We recorded $14 million in stock-based compensation expenses this year under our stock option, restricted share unit, deferred share unit, performance share unit and phantom stock option plans, compared to $13 million in 2014. See note 25 to the financial statements.
Outlook for 2016
We expect administration costs (not including stock-based compensation) to be 5% to 10% higher compared to 2015 due to increased costs related to the northern collaboration agreements and increased project work. In 2016, we are continuing to negotiate new collaboration agreements with northern communities, which could result in additional one-time payments. Due to the uncertainty of the timing for the potential signing of agreements, the cost is not included in our outlook. If agreements are signed and there is an impact on our administrative costs, we will update our outlook.
Exploration
Our 2015 exploration activities remained focused on Canada and Australia. As we continued to focus more on our core projects in Saskatchewan, and reduced our activities elsewhere, we decreased our spending from $47 million in 2014 to $40 million in 2015.
Outlook for 2016
We expect exploration expenses to be about 15% to 20% higher than they were in 2015 due to increased exploration activity at Cigar Lake.
Finance costs
Finance costs were $104 million compared to $112 million in 2014. The decrease from last year was a result of $12 million in settlement costs related to the early redemption of our Series C debentures being incurred in 2014, partially offset by higher interest on long-term debt in 2015. See note 20 to the financial statements.
Finance income
Finance income was $5 million compared to $7 million in 2014, reflecting lower average cash balances in 2015.

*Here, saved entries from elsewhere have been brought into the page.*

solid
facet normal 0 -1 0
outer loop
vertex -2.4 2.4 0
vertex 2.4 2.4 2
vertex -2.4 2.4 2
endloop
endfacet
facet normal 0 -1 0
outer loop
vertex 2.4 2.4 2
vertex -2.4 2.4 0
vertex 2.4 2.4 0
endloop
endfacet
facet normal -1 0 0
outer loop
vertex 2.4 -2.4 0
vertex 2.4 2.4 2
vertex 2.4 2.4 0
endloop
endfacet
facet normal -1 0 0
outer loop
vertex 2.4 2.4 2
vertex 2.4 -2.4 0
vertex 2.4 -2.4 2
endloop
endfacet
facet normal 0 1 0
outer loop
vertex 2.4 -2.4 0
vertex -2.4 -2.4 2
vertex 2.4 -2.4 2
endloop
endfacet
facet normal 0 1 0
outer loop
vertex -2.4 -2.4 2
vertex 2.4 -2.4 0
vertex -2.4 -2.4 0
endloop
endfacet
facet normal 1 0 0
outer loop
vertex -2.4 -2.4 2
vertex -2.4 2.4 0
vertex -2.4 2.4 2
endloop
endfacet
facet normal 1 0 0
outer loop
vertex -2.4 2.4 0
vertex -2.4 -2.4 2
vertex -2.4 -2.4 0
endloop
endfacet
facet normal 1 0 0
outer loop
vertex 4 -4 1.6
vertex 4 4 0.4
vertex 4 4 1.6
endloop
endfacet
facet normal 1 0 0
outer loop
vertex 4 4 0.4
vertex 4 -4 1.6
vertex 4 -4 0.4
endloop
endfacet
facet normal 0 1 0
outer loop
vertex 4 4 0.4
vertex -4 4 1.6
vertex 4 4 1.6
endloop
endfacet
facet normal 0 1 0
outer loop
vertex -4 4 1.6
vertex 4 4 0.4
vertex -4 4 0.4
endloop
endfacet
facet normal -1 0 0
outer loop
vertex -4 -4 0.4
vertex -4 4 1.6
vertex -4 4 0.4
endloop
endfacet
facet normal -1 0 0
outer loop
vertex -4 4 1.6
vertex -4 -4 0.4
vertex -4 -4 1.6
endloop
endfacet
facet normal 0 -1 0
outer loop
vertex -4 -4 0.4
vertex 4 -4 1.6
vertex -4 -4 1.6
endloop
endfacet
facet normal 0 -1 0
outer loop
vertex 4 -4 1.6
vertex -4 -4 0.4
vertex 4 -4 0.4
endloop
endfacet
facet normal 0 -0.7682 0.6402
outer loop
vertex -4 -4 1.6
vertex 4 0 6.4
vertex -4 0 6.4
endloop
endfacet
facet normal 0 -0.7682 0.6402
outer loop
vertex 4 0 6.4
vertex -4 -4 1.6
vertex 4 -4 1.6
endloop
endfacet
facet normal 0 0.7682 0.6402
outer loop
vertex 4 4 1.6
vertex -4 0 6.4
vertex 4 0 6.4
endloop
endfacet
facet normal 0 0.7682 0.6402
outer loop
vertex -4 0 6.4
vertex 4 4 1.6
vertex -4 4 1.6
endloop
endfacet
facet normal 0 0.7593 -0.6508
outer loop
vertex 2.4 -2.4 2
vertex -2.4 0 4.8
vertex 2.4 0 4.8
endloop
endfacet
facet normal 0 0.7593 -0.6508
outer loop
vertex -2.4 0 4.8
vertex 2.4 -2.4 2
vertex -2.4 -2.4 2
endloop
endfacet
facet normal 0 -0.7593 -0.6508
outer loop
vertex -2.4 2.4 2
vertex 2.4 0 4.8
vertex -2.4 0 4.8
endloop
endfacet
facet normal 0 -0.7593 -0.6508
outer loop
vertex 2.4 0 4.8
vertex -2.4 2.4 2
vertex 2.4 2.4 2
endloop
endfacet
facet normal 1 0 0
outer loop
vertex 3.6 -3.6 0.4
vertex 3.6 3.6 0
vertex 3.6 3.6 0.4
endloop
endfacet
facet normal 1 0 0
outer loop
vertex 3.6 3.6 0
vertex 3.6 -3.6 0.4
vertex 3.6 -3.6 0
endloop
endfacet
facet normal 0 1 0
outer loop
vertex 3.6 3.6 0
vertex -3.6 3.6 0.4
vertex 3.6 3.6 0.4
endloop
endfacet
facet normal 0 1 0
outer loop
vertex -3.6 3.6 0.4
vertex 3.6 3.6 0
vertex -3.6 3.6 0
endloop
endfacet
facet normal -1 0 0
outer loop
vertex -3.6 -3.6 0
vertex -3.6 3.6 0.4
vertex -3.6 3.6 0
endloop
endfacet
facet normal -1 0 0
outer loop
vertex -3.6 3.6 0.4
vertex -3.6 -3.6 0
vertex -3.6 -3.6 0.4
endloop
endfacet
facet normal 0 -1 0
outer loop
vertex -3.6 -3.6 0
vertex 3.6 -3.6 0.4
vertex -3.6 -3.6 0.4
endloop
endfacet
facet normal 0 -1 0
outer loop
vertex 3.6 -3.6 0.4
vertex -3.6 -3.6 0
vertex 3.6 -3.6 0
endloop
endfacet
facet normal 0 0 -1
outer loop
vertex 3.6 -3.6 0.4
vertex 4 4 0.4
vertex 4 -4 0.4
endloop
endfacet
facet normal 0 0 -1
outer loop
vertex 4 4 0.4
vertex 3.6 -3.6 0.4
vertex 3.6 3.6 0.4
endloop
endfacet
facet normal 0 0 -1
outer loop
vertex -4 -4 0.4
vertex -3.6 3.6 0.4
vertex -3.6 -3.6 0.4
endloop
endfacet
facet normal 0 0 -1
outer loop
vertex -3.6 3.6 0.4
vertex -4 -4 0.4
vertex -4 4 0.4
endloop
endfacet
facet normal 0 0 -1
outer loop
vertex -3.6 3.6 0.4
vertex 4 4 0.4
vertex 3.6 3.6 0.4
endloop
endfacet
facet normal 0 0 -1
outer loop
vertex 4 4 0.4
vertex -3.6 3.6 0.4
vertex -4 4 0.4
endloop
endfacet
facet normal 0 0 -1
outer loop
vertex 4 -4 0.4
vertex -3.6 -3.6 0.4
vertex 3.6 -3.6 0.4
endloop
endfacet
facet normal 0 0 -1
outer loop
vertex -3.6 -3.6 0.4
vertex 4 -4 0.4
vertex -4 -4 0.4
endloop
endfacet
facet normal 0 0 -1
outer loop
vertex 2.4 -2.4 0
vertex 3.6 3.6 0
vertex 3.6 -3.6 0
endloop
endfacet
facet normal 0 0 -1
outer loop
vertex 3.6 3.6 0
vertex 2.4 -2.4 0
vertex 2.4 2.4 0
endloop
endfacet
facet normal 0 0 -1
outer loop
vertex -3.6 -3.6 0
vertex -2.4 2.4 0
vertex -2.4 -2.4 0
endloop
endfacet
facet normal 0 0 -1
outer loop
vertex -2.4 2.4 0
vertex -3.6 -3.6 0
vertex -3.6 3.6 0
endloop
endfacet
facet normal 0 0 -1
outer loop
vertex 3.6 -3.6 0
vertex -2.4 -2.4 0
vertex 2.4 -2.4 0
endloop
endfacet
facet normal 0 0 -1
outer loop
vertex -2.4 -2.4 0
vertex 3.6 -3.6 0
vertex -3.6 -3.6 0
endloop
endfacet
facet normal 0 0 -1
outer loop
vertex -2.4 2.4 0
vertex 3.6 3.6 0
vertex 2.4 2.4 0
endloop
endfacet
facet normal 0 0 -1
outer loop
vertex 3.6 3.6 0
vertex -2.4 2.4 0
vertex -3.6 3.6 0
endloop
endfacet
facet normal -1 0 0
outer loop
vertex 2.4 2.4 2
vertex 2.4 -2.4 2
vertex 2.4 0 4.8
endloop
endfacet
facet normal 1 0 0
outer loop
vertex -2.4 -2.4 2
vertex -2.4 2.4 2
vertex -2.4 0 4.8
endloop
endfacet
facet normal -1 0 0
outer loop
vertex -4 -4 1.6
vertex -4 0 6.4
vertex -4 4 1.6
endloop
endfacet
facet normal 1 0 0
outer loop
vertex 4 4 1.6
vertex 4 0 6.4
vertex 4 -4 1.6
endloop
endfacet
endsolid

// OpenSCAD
// file: ../p/stud23d.scad
use <../lib.scad>
use <box4o4a.scad>
function ldraw_lib__stud23d() = [
// 0 Stud Tube Open Square without Bottom Face and Edges
// 0 Name: stud23d.dat
// 0 Author: Steffen [Steffen]
// 0 !LDRAW_ORG Primitive UPDATE 2018-02
// 0 !LICENSE Licensed under CC BY 4.0 : see CAreadme.txt
// 
// 0 BFC CERTIFY CCW
  [0,"BFC","CERTIFY"],
  [0,"BFC","CCW"],
// 
// 0 !HISTORY 2018-12-08 [PTadmin] Official Update 2018-02
// 
// 
// 0 BFC INVERTNEXT
  [0,"BFC","INVERTNEXT"],
// 1 16 0 0 0 6 0 0 0 4 0 0 0 6 box4o4a.dat
  [1,16,0,0,0,6,0,0,0,4,0,0,0,6, ldraw_lib__box4o4a()],
];
module ldraw_lib__stud23d(step=0, col=false, unit=2/5, alt=false, line=0.2, solid=!$preview)
    makepoly(ldraw_lib__stud23d(), step=step, col=col, unit=unit, alt=alt, line=line, solid=solid);
ldraw_lib__stud23d(line=0.2);
// file: ../p/box4o4a.scad
use <../lib.scad>
function ldraw_lib__box4o4a() = [
// 0 Box with 4 Faces (2 Parallel Pairs) without Bottom Edges
// 0 Name: box4o4a.dat
// 0 Author: Donald Sutter [technog]
// 0 !LDRAW_ORG Primitive UPDATE 2012-01
// 0 !LICENSE Licensed under CC BY 4.0 : see CAreadme.txt
// 
// 0 BFC CERTIFY CCW
  [0,"BFC","CERTIFY"],
  [0,"BFC","CCW"],
// 
// 0 !HISTORY 2003-08-01 [PTadmin] Official Update 2003-02
// 0 !HISTORY 2007-06-24 [PTadmin] Header formatted for Contributor Agreement
// 0 !HISTORY 2008-07-01 [PTadmin] Official Update 2008-01
// 0 !HISTORY 2012-02-16 [Philo] Changed to CCW
// 0 !HISTORY 2012-03-30 [PTadmin] Official Update 2012-01
// 
// 
// 2 24 1 0 1 -1 0 1
  [2,24,1,0,1,-1,0,1],
// 2 24 -1 0 1 -1 0 -1
  [2,24,-1,0,1,-1,0,-1],
// 2 24 -1 0 -1 1 0 -1
  [2,24,-1,0,-1,1,0,-1],
// 2 24 1 0 -1 1 0 1
  [2,24,1,0,-1,1,0,1],
// 2 24 1 0 1 1 1 1
  [2,24,1,0,1,1,1,1],
// 2 24 -1 0 1 -1 1 1
  [2,24,-1,0,1,-1,1,1],
// 2 24 1 0 -1 1 1 -1
  [2,24,1,0,-1,1,1,-1],
// 2 24 -1 0 -1 -1 1 -1
  [2,24,-1,0,-1,-1,1,-1],
// 4 16 -1 1 1 -1 0 1 1 0 1 1 1 1
  [4,16,-1,1,1,-1,0,1,1,0,1,1,1,1],
// 4 16 -1 1 -1 -1 0 -1 -1 0 1 -1 1 1
  [4,16,-1,1,-1,-1,0,-1,-1,0,1,-1,1,1],
// 4 16 1 1 -1 1 0 -1 -1 0 -1 -1 1 -1
  [4,16,1,1,-1,1,0,-1,-1,0,-1,-1,1,-1],
// 4 16 1 1 1 1 0 1 1 0 -1 1 1 -1
  [4,16,1,1,1,1,0,1,1,0,-1,1,1,-1],
];
module ldraw_lib__box4o4a(step=0, col=false, unit=2/5, alt=false, line=0.2, solid=!$preview)
    makepoly(ldraw_lib__box4o4a(), step=step, col=col, unit=unit, alt=alt, line=line, solid=solid);
ldraw_lib__box4o4a(line=0.2);
// file: ../p/box4.scad
use <../lib.scad>
function ldraw_lib__box4() = [
// 0 Box with 4 Faces (2 Parallel Pairs) and All Edges
// 0 Name: box4.dat
// 0 Author: James Jessiman
// 0 !LDRAW_ORG Primitive UPDATE 2012-01
// 0 !LICENSE Licensed under CC BY 4.0 : see CAreadme.txt
// 
// 0 BFC CERTIFY CCW
  [0,"BFC","CERTIFY"],
  [0,"BFC","CCW"],
// 
// 0 !HISTORY 2002-04-03 [sbliss] Modified for BFC compliance
// 0 !HISTORY 2002-04-25 [PTadmin] Official Update 2002-02
// 0 !HISTORY 2007-06-24 [PTadmin] Header formatted for Contributor Agreement
// 0 !HISTORY 2008-07-01 [PTadmin] Official Update 2008-01
// 0 !HISTORY 2012-02-16 [Philo] Changed to CCW
// 0 !HISTORY 2012-03-30 [PTadmin] Official Update 2012-01
// 
// 
// 2 24 1 1 1 -1 1 1
  [2,24,1,1,1,-1,1,1],
// 2 24 -1 1 1 -1 1 -1
  [2,24,-1,1,1,-1,1,-1],
// 2 24 -1 1 -1 1 1 -1
  [2,24,-1,1,-1,1,1,-1],
// 2 24 1 1 -1 1 1 1
  [2,24,1,1,-1,1,1,1],
// 2 24 1 0 1 -1 0 1
  [2,24,1,0,1,-1,0,1],
// 2 24 -1 0 1 -1 0 -1
  [2,24,-1,0,1,-1,0,-1],
// 2 24 -1 0 -1 1 0 -1
  [2,24,-1,0,-1,1,0,-1],
// 2 24 1 0 -1 1 0 1
  [2,24,1,0,-1,1,0,1],
// 2 24 1 0 1 1 1 1
  [2,24,1,0,1,1,1,1],
// 2 24 -1 0 1 -1 1 1
  [2,24,-1,0,1,-1,1,1],
// 2 24 1 0 -1 1 1 -1
  [2,24,1,0,-1,1,1,-1],
// 2 24 -1 0 -1 -1 1 -1
  [2,24,-1,0,-1,-1,1,-1],
// 4 16 -1 1 1 -1 0 1 1 0 1 1 1 1
  [4,16,-1,1,1,-1,0,1,1,0,1,1,1,1],
// 4 16 -1 1 -1 -1 0 -1 -1 0 1 -1 1 1
  [4,16,-1,1,-1,-1,0,-1,-1,0,1,-1,1,1],
// 4 16 1 1 -1 1 0 -1 -1 0 -1 -1 1 -1
  [4,16,1,1,-1,1,0,-1,-1,0,-1,-1,1,-1],
// 4 16 1 1 1 1 0 1 1 0 -1 1 1 -1
  [4,16,1,1,1,1,0,1,1,0,-1,1,1,-1],
];
module ldraw_lib__box4(step=0, col=false, unit=2/5, alt=false, line=0.2, solid=!$preview)
    makepoly(ldraw_lib__box4(), step=step, col=col, unit=unit, alt=alt, line=line, solid=solid);
ldraw_lib__box4(line=0.2);
// file: ../p/box2-5.scad
use <../lib.scad>
function ldraw_lib__box2_5() = [
// 0 Box with 2 Faces without 5 Edges
// 0 Name: box2-5.dat
// 0 Author: Steffen [Steffen]
// 0 !LDRAW_ORG Primitive UPDATE 2003-03
// 0 !LICENSE Licensed under CC BY 4.0 : see CAreadme.txt
// 
// 0 BFC CERTIFY CCW
  [0,"BFC","CERTIFY"],
  [0,"BFC","CCW"],
// 
// 0 !HISTORY 2003-12-19 [PTadmin] Official Update 2003-03
// 0 !HISTORY 2007-06-24 [PTadmin] Header formatted for Contributor Agreement
// 0 !HISTORY 2008-07-01 [PTadmin] Official Update 2008-01
// 
// 
// 2 24 1 1 1 -1 1 1
  [2,24,1,1,1,-1,1,1],
// 2 24 1 1 -1 -1 1 -1
  [2,24,1,1,-1,-1,1,-1],
// 2 24 1 -1 1 -1 -1 1
  [2,24,1,-1,1,-1,-1,1],
// 2 24 -1 -1 1 -1 1 1
  [2,24,-1,-1,1,-1,1,1],
// 2 24 1 -1 1 1 1 1
  [2,24,1,-1,1,1,1,1],
// 2 24 -1 1 -1 -1 1 1
  [2,24,-1,1,-1,-1,1,1],
// 2 24 1 1 -1 1 1 1
  [2,24,1,1,-1,1,1,1],
// 4 16 1 1 1 1 1 -1 -1 1 -1 -1 1 1
  [4,16,1,1,1,1,1,-1,-1,1,-1,-1,1,1],
// 4 16 1 1 1 -1 1 1 -1 -1 1 1 -1 1
  [4,16,1,1,1,-1,1,1,-1,-1,1,1,-1,1],
// 0
];
module ldraw_lib__box2_5(step=0, col=false, unit=2/5, alt=false, line=0.2, solid=!$preview)
    makepoly(ldraw_lib__box2_5(), step=step, col=col, unit=unit, alt=alt, line=line, solid=solid);
ldraw_lib__box2_5(line=0.2);
// main file
use <../lib.scad>
use <../p/box2-5.scad>
use <../p/box4.scad>
use <../p/box4o4a.scad>
use <../p/stud23d.scad>
function ldraw_lib__35464() = [
// 0 Slope Brick 45  1 x  1 Double
// 0 Name: 35464.dat
// 0 Author: Philippe Hurbain [Philo]
// 0 !LDRAW_ORG Part UPDATE 2018-02
// 0 !LICENSE Licensed under CC BY 4.0 : see CAreadme.txt
// 
// 0 BFC CERTIFY CCW
  [0,"BFC","CERTIFY"],
  [0,"BFC","CCW"],
// 
// 0 !KEYWORDS Ridge, Roof
// 
// 0 !HISTORY 2018-12-08 [PTadmin] Official Update 2018-02
// 
// 
// 1 16 0 0 0 -1 0 0 0 -1.25 0 0 0 1 stud23d.dat
  [1,16,0,0,0,-1,0,0,0,-1.25,0,0,0,1, ldraw_lib__stud23d()],
// 1 16 0 -1 0 0 0 10 0 -3 0 -10 0 0 box4o4a.dat
  [1,16,0,-1,0,0,0,10,0,-3,0,-10,0,0, ldraw_lib__box4o4a()],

Gains and losses on derivatives
In 2015, we recorded $281 million in losses on our derivatives compared to losses of $121 million in 2014. The increase reflects the continued weakening of the Canadian dollar compared to the US dollar in 2015. See Foreign exchange and note 27 to the financial statements.
Income taxes
We recorded an income tax recovery of $143 million in 2015 compared to a recovery of $175 million in 2014. The decrease in recovery was primarily due to the write-off of our deferred tax asset in the US, partially offset by a reduction in the provision related to our CRA litigation and a change in the distribution of earnings between jurisdictions compared to 2014. See note 22 to the financial statements.
During the fourth quarter, we reversed amounts related to our deferred tax asset in the US totaling $73 million. We determined that it was no longer probable that there would be sufficient taxable profit in the future against which the operating losses and other tax deductions could be used.
The recovery was impacted by a decrease of $42 million to our provision related to the CRA litigation. Since 2008, CRA has disputed our corporate structure and the related transfer pricing methodology we used for certain intercompany uranium sale and purchase agreements, and issued notices of reassessment for our 2003 through 2010 tax returns. We have recorded a cumulative tax provision of $50 million (September 30, 2015 – $92 million), where an argument could be made that our transfer price may have fallen outside of an appropriate range of pricing in uranium contracts for the period from 2003 through 2015. We have reduced the provision to reflect management’s revised estimate, which takes into account additional contract information. We are confident that we will be successful in our case and continue to believe the ultimate resolution of this matter will not be material to our financial position, results of operations and cash flows in the year(s) of resolution. See note 22 to the financial statements.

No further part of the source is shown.